Which lines run from the start of the data below to the line containing "f 260 469 261"? Set them down exactly, with none added.

───── Data for review

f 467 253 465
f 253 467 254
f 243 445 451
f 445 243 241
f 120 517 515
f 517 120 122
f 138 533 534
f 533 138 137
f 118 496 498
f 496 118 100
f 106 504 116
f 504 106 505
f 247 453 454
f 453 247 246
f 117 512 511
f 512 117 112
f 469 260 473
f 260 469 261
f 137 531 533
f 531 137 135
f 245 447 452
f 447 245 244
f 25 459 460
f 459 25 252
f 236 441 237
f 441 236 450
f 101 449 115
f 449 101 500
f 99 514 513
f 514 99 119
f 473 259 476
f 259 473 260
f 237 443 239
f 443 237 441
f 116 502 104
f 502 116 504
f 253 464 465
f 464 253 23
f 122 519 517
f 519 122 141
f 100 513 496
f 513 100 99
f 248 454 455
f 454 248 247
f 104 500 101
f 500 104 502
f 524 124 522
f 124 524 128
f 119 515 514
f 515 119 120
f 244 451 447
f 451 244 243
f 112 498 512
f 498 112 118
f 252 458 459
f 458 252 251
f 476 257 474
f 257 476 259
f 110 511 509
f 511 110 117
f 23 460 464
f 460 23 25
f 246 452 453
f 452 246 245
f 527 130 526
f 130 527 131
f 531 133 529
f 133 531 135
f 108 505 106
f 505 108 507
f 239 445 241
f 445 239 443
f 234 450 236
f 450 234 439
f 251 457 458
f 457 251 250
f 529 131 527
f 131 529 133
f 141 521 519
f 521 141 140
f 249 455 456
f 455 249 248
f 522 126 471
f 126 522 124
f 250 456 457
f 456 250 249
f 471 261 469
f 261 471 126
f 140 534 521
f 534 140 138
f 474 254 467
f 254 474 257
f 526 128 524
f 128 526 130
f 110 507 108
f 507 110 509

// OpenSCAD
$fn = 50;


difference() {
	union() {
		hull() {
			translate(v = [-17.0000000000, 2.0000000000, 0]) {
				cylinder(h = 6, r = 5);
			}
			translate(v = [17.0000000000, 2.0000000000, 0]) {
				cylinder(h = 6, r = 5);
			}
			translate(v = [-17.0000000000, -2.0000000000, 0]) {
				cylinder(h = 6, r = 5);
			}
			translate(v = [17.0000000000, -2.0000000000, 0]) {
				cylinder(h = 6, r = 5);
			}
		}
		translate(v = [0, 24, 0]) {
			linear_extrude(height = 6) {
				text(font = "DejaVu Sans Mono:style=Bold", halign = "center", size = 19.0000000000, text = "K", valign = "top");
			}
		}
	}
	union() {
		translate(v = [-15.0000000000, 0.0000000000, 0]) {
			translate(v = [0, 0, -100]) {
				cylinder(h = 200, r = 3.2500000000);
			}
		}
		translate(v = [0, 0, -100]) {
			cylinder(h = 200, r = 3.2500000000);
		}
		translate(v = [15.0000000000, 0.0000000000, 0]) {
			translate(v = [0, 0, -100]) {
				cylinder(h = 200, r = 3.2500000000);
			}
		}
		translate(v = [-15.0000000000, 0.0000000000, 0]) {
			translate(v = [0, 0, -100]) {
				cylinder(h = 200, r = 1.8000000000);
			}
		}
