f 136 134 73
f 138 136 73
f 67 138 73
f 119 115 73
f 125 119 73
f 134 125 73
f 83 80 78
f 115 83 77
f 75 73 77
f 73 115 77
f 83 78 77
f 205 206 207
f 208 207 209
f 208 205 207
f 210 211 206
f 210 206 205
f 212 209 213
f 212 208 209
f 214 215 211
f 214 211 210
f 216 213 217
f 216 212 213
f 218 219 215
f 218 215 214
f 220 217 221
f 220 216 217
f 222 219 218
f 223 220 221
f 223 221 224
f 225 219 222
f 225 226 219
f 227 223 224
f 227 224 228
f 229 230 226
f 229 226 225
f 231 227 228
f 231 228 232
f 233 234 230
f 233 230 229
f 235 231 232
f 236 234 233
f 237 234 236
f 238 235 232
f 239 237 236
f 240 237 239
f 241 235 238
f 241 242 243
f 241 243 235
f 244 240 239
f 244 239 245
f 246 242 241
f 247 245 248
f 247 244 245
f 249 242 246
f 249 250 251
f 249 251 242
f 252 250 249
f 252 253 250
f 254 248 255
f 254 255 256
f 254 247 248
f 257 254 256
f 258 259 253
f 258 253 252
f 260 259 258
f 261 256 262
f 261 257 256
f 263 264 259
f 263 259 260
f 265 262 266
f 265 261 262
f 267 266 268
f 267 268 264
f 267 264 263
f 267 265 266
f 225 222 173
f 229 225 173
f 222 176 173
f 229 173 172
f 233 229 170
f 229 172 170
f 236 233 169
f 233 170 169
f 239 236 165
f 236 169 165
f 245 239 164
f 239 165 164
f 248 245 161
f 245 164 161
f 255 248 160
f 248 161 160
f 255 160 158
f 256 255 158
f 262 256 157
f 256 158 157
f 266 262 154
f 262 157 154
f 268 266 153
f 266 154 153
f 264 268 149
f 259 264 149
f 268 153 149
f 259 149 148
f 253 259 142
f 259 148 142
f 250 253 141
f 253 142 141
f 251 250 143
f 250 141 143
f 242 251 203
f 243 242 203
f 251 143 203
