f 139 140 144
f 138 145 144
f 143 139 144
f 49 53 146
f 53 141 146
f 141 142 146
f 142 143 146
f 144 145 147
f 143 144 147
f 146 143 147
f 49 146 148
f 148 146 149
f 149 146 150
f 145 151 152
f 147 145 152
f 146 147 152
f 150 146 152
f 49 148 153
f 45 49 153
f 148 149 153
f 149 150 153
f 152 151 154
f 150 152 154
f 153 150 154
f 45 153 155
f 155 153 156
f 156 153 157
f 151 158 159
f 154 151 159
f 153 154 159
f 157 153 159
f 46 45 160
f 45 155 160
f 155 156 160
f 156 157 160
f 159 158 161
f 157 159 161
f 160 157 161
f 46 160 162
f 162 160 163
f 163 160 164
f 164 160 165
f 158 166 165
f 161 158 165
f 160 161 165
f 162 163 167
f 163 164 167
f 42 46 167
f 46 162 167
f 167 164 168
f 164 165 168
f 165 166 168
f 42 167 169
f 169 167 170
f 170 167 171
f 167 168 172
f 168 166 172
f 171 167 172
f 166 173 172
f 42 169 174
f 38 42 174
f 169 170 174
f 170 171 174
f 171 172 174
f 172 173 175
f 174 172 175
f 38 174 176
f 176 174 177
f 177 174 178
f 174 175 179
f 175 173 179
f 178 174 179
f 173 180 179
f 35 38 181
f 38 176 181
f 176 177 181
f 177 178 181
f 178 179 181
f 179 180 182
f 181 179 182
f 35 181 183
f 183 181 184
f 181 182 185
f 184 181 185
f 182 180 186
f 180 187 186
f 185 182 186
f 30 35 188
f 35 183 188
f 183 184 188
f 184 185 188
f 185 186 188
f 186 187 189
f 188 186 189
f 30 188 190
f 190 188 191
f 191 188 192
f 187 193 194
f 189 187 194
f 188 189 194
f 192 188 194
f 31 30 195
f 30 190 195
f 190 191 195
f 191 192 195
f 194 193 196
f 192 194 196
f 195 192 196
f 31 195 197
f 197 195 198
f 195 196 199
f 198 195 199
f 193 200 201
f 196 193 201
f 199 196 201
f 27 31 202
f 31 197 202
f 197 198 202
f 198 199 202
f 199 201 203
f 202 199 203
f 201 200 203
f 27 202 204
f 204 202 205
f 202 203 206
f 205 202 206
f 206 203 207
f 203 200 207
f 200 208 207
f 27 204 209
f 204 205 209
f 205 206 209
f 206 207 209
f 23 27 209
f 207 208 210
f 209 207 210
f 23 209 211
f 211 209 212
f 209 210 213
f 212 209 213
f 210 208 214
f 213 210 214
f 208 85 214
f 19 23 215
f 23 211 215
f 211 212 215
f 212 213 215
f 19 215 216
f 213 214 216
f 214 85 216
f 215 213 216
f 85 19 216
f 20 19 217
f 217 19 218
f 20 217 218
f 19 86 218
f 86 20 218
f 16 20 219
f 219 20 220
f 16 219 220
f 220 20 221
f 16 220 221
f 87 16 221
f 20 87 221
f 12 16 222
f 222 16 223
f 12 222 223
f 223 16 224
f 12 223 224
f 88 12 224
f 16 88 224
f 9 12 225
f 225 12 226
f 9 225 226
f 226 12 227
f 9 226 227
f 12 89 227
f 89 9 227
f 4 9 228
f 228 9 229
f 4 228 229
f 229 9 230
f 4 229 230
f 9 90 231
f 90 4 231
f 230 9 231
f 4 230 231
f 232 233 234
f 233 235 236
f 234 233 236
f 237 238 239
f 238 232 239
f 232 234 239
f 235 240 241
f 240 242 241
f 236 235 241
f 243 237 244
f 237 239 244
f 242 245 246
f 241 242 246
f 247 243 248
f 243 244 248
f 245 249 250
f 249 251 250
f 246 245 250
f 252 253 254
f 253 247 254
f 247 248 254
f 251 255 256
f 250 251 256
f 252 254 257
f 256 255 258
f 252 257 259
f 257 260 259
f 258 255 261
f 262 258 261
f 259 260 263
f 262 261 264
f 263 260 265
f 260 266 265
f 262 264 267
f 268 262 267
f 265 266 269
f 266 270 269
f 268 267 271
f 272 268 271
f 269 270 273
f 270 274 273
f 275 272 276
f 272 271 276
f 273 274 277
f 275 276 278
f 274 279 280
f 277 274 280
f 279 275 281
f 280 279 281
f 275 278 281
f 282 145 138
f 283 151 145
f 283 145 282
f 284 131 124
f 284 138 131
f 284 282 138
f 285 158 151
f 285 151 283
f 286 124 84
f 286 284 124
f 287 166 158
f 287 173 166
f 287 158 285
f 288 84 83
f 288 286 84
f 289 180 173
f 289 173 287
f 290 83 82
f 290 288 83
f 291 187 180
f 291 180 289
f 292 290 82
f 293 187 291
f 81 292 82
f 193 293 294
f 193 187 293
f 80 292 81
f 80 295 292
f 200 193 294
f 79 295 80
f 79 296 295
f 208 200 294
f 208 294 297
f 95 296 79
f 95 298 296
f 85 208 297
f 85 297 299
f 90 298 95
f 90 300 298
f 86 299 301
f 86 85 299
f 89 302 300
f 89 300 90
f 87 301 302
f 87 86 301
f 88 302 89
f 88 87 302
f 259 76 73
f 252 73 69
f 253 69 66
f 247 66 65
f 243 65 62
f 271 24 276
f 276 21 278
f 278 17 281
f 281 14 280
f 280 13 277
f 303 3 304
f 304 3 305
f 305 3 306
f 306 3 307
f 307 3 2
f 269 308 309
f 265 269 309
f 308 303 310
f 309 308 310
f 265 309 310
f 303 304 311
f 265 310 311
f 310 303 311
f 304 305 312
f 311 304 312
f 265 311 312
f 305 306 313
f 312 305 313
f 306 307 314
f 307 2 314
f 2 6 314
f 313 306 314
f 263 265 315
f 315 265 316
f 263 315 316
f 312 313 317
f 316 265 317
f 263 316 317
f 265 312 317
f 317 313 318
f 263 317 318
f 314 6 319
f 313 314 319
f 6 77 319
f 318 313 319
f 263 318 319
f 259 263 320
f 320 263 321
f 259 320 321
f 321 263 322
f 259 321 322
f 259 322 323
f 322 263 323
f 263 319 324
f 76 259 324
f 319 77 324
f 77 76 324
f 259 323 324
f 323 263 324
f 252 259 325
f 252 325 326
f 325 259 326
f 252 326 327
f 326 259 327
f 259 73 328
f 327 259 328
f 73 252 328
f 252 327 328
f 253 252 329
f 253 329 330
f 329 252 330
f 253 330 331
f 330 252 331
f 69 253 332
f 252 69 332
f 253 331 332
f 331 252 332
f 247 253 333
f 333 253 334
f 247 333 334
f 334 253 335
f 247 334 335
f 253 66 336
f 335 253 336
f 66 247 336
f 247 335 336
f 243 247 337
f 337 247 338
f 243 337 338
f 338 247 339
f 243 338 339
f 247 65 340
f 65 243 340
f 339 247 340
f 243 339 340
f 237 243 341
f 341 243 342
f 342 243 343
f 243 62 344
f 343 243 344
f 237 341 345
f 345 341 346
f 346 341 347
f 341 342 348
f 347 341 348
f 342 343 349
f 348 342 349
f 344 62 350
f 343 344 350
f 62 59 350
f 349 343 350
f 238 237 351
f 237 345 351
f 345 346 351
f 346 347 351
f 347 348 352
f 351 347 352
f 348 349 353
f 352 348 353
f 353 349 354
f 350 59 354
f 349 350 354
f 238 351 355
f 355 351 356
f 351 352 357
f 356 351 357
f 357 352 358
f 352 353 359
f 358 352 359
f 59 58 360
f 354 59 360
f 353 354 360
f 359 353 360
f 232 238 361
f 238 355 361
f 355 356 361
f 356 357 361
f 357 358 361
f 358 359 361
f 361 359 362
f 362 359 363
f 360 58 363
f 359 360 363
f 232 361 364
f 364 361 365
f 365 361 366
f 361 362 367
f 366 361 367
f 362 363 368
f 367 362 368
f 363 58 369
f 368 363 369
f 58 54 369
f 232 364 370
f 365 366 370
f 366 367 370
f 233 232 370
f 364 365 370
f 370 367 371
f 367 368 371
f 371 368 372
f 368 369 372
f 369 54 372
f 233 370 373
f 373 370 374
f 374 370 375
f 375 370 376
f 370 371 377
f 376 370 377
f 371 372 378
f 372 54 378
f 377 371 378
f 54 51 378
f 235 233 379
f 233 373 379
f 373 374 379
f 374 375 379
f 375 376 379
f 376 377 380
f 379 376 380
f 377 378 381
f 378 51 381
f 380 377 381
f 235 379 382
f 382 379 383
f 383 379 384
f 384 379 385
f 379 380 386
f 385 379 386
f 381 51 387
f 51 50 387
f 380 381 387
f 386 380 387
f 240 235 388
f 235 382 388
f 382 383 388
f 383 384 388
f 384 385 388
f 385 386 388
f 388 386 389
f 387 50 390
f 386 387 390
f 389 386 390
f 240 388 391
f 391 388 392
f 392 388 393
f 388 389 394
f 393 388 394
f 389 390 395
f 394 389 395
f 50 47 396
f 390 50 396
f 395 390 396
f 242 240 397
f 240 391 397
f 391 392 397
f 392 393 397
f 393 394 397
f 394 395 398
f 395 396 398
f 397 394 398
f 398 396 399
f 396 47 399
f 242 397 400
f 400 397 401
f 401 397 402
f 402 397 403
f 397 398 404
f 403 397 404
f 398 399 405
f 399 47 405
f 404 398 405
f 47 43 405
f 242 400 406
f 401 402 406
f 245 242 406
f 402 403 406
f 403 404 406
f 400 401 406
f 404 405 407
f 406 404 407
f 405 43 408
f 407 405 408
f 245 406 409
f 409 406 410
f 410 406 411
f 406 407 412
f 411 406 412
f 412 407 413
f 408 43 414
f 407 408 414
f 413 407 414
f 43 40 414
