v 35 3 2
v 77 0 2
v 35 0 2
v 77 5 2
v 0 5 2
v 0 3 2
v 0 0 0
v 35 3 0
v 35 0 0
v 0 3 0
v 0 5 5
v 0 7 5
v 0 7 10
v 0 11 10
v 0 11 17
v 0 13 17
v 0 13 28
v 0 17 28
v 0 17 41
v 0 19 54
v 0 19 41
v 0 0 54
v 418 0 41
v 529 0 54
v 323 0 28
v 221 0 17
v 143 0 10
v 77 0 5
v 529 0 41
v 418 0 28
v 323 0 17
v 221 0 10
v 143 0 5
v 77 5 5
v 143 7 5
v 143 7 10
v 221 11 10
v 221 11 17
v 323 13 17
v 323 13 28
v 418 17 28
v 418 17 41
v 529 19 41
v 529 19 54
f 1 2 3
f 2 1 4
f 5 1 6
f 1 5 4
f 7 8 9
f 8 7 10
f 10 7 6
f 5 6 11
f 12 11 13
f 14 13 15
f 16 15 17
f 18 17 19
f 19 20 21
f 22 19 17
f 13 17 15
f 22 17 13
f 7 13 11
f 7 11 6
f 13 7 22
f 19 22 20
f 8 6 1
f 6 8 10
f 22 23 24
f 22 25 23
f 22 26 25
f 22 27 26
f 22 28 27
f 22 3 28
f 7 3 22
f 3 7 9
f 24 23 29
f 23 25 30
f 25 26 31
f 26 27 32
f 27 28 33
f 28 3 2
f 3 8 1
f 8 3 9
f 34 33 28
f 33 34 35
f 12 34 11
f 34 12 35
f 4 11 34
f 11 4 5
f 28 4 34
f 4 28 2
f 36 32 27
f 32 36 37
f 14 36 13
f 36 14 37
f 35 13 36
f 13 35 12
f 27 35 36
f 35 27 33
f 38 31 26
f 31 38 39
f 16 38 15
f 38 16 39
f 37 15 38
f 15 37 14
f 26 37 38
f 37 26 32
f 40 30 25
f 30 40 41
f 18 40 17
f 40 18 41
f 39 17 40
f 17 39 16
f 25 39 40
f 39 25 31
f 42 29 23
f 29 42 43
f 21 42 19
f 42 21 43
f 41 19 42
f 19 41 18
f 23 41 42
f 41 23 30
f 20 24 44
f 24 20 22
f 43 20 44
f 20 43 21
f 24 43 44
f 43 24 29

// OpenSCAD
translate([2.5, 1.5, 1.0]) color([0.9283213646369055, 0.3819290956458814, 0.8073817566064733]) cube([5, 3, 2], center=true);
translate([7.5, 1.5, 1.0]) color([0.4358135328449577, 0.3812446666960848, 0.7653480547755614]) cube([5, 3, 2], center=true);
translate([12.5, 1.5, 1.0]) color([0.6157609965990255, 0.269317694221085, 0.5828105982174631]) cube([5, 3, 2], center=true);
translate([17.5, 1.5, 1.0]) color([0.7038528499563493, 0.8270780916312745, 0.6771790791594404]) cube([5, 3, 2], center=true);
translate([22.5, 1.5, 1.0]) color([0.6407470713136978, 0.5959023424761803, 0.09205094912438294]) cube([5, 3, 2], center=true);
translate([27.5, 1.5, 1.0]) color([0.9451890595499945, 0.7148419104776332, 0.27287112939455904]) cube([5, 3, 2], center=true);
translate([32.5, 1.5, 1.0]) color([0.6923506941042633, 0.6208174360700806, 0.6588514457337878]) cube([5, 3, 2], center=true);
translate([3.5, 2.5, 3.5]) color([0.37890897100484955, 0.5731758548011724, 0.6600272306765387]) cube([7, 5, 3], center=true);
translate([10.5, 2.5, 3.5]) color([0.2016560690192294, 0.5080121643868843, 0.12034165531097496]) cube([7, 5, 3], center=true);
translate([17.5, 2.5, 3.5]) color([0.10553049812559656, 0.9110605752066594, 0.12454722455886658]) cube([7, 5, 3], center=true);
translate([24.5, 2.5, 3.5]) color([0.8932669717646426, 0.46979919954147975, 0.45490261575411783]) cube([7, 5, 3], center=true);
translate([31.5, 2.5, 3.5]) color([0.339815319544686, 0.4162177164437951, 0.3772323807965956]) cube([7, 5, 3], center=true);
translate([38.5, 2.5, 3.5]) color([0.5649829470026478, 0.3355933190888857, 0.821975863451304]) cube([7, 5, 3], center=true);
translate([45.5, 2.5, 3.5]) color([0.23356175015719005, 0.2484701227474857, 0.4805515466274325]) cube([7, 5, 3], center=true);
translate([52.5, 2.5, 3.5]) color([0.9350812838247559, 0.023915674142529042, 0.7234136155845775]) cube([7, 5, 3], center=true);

──────────

Completed exercise ->
f 467 253 465
f 253 467 254
f 243 445 451
f 445 243 241
f 120 517 515
f 517 120 122
f 138 533 534
f 533 138 137
f 118 496 498
f 496 118 100
f 106 504 116
f 504 106 505
f 247 453 454
f 453 247 246
f 117 512 511
f 512 117 112
f 469 260 473
f 260 469 261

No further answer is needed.